One of the biggest trends in recent years has been the large-scale adoption and application of big data technologies, with many organisations exploring how best they can utilise new and previously untapped data sources to provide meaningful business insights and support strategic decision making.
When an organisation is first looking to implement a big data platform, we often receive questions around the role of a big data solution compared against an organisation’s existing data warehouse, and whether one can be considered a replacement for the other.
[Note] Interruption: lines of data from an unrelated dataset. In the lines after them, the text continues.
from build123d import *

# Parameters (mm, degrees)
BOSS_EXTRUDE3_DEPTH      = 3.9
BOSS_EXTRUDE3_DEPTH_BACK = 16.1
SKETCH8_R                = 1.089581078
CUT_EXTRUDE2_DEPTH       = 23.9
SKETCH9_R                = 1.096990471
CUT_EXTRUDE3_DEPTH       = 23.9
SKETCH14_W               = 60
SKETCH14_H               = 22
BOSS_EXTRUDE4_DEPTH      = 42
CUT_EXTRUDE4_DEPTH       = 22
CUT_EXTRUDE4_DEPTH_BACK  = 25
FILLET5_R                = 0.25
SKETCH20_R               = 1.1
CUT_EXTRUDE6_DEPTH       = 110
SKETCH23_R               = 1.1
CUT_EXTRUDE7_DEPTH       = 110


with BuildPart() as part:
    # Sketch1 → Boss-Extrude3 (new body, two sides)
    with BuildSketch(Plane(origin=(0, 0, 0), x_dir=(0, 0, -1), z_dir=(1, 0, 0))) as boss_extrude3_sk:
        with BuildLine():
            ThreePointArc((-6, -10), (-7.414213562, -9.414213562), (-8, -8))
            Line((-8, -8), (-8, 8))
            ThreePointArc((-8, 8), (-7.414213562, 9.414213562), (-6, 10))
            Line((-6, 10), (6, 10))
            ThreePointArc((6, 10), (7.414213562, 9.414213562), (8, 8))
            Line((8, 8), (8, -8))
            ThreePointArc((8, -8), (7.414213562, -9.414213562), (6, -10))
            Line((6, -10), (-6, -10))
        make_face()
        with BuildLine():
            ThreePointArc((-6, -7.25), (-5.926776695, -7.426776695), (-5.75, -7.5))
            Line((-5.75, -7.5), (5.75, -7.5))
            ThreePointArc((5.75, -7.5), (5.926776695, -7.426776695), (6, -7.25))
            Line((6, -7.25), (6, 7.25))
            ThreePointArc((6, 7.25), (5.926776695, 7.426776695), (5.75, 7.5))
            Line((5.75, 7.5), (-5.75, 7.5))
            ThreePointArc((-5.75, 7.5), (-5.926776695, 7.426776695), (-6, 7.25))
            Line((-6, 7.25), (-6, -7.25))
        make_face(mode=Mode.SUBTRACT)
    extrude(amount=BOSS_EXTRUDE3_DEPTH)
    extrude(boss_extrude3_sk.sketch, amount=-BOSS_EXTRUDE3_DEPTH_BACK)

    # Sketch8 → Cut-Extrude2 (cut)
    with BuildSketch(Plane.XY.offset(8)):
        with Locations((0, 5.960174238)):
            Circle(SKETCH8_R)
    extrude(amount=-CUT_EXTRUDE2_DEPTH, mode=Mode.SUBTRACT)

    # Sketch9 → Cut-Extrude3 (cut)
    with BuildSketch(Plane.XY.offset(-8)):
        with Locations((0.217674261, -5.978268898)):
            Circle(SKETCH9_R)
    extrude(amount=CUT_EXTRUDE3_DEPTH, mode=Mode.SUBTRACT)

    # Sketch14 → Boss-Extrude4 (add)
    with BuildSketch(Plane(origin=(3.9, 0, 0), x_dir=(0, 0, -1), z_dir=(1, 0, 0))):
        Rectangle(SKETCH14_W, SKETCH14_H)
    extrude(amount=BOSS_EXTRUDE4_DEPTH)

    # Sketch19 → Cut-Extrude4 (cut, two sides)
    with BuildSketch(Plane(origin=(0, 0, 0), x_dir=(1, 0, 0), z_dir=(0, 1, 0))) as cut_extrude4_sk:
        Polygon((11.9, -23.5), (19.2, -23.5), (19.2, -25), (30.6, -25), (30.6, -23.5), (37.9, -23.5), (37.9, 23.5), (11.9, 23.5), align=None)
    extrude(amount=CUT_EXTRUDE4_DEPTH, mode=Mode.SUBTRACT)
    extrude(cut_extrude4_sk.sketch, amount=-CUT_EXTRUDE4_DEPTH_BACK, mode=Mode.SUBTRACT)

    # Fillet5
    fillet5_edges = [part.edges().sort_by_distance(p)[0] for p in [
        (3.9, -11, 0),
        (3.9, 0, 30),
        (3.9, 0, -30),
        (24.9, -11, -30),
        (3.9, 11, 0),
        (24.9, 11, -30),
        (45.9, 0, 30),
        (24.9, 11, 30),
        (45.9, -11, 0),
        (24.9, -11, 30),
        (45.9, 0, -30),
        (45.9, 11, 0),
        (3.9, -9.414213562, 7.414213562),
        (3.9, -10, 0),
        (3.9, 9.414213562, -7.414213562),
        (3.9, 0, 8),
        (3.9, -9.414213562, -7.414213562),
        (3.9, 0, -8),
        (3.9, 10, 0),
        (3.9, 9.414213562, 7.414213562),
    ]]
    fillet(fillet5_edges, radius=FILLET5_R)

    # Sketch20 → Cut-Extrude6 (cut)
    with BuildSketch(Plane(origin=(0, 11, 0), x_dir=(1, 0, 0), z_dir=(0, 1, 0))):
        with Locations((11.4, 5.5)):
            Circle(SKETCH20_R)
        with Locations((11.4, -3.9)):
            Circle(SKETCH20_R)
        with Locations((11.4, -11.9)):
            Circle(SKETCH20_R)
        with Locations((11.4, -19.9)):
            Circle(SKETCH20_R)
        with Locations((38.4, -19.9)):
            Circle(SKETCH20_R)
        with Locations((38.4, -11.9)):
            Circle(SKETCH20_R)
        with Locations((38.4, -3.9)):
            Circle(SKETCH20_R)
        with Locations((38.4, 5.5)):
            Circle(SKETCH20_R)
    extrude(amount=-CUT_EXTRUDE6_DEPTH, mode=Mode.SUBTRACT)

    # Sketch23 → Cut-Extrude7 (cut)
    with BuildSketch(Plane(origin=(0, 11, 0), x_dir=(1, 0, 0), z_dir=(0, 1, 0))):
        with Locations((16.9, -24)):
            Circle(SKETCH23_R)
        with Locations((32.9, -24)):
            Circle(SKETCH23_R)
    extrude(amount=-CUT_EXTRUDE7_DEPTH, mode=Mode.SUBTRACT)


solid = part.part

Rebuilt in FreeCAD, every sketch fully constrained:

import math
import FreeCAD as App
import Part
import Sketcher

V = App.Vector


def edges_at(feature, points):
    """Names of the edges that pass closest to the given points."""
    edges = feature.Shape.Edges
    near = lambda p: min(range(len(edges)), key=lambda i: edges[i].distToShape(Part.Vertex(*p))[0])
    return sorted({f"Edge{near(p) + 1}" for p in points})


def add_polygon(sketch, points):
    """Adds a closed chain of lines whose ends are joined by coincident constraints."""
    first, n = sketch.GeometryCount, len(points)
    for a, b in zip(points, points[1:] + points[:1]):
        sketch.addGeometry(Part.LineSegment(App.Vector(*a, 0), App.Vector(*b, 0)), False)
    for i in range(n):
        sketch.addConstraint(Sketcher.Constraint("Coincident", first + i, 2, first + (i + 1) % n, 1))

doc = App.newDocument("Part")
body = doc.addObject("PartDesign::Body", "Body")

# Sketch on YZ plane
sketch1 = body.newObject("Sketcher::SketchObject", "Sketch")
sketch1.AttachmentSupport = (doc.getObject("YZ_Plane"), [""])
sketch1.MapMode = "FlatFace"
sketch1.addGeometry([
    Part.ArcOfCircle(Part.Circle(V(-8, 6, 0), V(0, 0, 1), 2), math.radians(90), math.radians(180)),  # 0
    Part.LineSegment(V(-10, 6, 0), V(-10, -6, 0)),  # 1
    Part.ArcOfCircle(Part.Circle(V(-8, -6, 0), V(0, 0, 1), 2), math.radians(-180), math.radians(-90)),  # 2
    Part.LineSegment(V(-8, -8, 0), V(8, -8, 0)),  # 3
    Part.ArcOfCircle(Part.Circle(V(8, -6, 0), V(0, 0, 1), 2), math.radians(-90), math.radians(0)),  # 4
    Part.LineSegment(V(10, -6, 0), V(10, 6, 0)),  # 5
    Part.ArcOfCircle(Part.Circle(V(8, 6, 0), V(0, 0, 1), 2), math.radians(0), math.radians(90)),  # 6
On an architectural level, looking at the structures involved in data loading, this comes down to the difference between big data’s data lake and a data warehouse’s staging layer, so it is worth exploring both in more detail to better understand how and why they are used.
What is a data lake?
A data lake is a large collection of both structured (ie, transactional, relational) and unstructured (ie, audio, video, social media) data, which could include all data available in an organisation, stored in its raw format.
The raw data is then accessed using a schema on read (ie, applying structure to the data as it is read) approach, also known as ELT (extract-load-transform), in which the business logic and data transformation is applied when accessing the data, and is often done on an ad-hoc basis. A data lake provides the ability to load and store a wide variety of data as-is and can be accessed on demand for various uses including advanced analytics, machine learning, and data mining amongst others.
What is a staging layer?
A staging layer consists of selected structured data that is transformed before being loaded to the data warehouse in a pre-defined format.
Compared to schema on read used by the data lake, the staging layer uses a schema on write approach (ie, applying structure to the data as it is written), otherwise known as ETL (extract-transform-load), where business logic and transformations are developed prior to loading and are updated when needed. A staging layer provides a closed off area for the loading and processing of source data, and is used as a workspace for subsequently applying transformations including complex calculations, data cleansing, and change data capture, before the data is loaded to the data warehouse for analysis.
Differences in development
The schema on read approach lends itself to shorter development timeframes due to the ad-hoc nature of data access, while the schema on write approach has a slower time to delivery by relative comparison as it takes longer to create and test the necessary load logic and data objects.
Ad-hoc access in a data lake can increase the chances of repetition of logic occurring where multiple users independently create similar or overlapping datasets. This repetition can lead to both a reduction in accuracy and a duplication of effort, as well as the creation of data silos due to an absence of conformed dimensions.
In comparison, a staging layer will tend to have a higher level of accuracy and minimal duplication of effort as development of a dataset is typically only done once, following an agreed upon set of business rules and with the resulting calculations and transformations generally accepted as being correct.
Differences in users and security
There are also differences in the types of users for each system. A data lake is typically accessed by data scientists as well as more advanced data analysts from a variety of business areas, developing standalone solutions for advanced analytics, data mining, and machine learning, as well as other downstream business processes.
To get the most benefit from the wide variety of data available in the lake, there is often zero or minimal security applied on the data that the data scientists and analysts are able to access, which feeds back into the possibility of decreased accuracy and duplication of effort.
A staging layer is usually only accessed by warehouse developers with the single purpose of populating conformed and delivering “single source of truth” into the data warehouse. The populated data warehouse is then made widely available throughout the organisation. The developers should have the required security access across the whole staging layer, but the data coming out of staging may be locked down to specific business areas or security roles.
Do you need a data lake or staging layer?
In summary, a data lake allows fast access to diverse sets of data in a single location but comes with accuracy, effort and security considerations. On the other hand, a staging layer is more tightly controlled and requires longer development time, but has the benefit of increased accuracy and trust in the data warehouse.
Given the differences in structure and how fit-for-purpose a data lake and a staging layer are, it would generally seem that one wouldn’t easily replace another.
There is the possibility of integrating one into the other. A data lake could be used as the source for staging layer data, or a data warehouse (though not the staging layer) could be included in the data available in a data lake.
That said, if there is a business case to replace, combine, or integrate the two then time should be taken to carefully consider the implementation and any possible impact, and is probably best looked at on a case by case basis.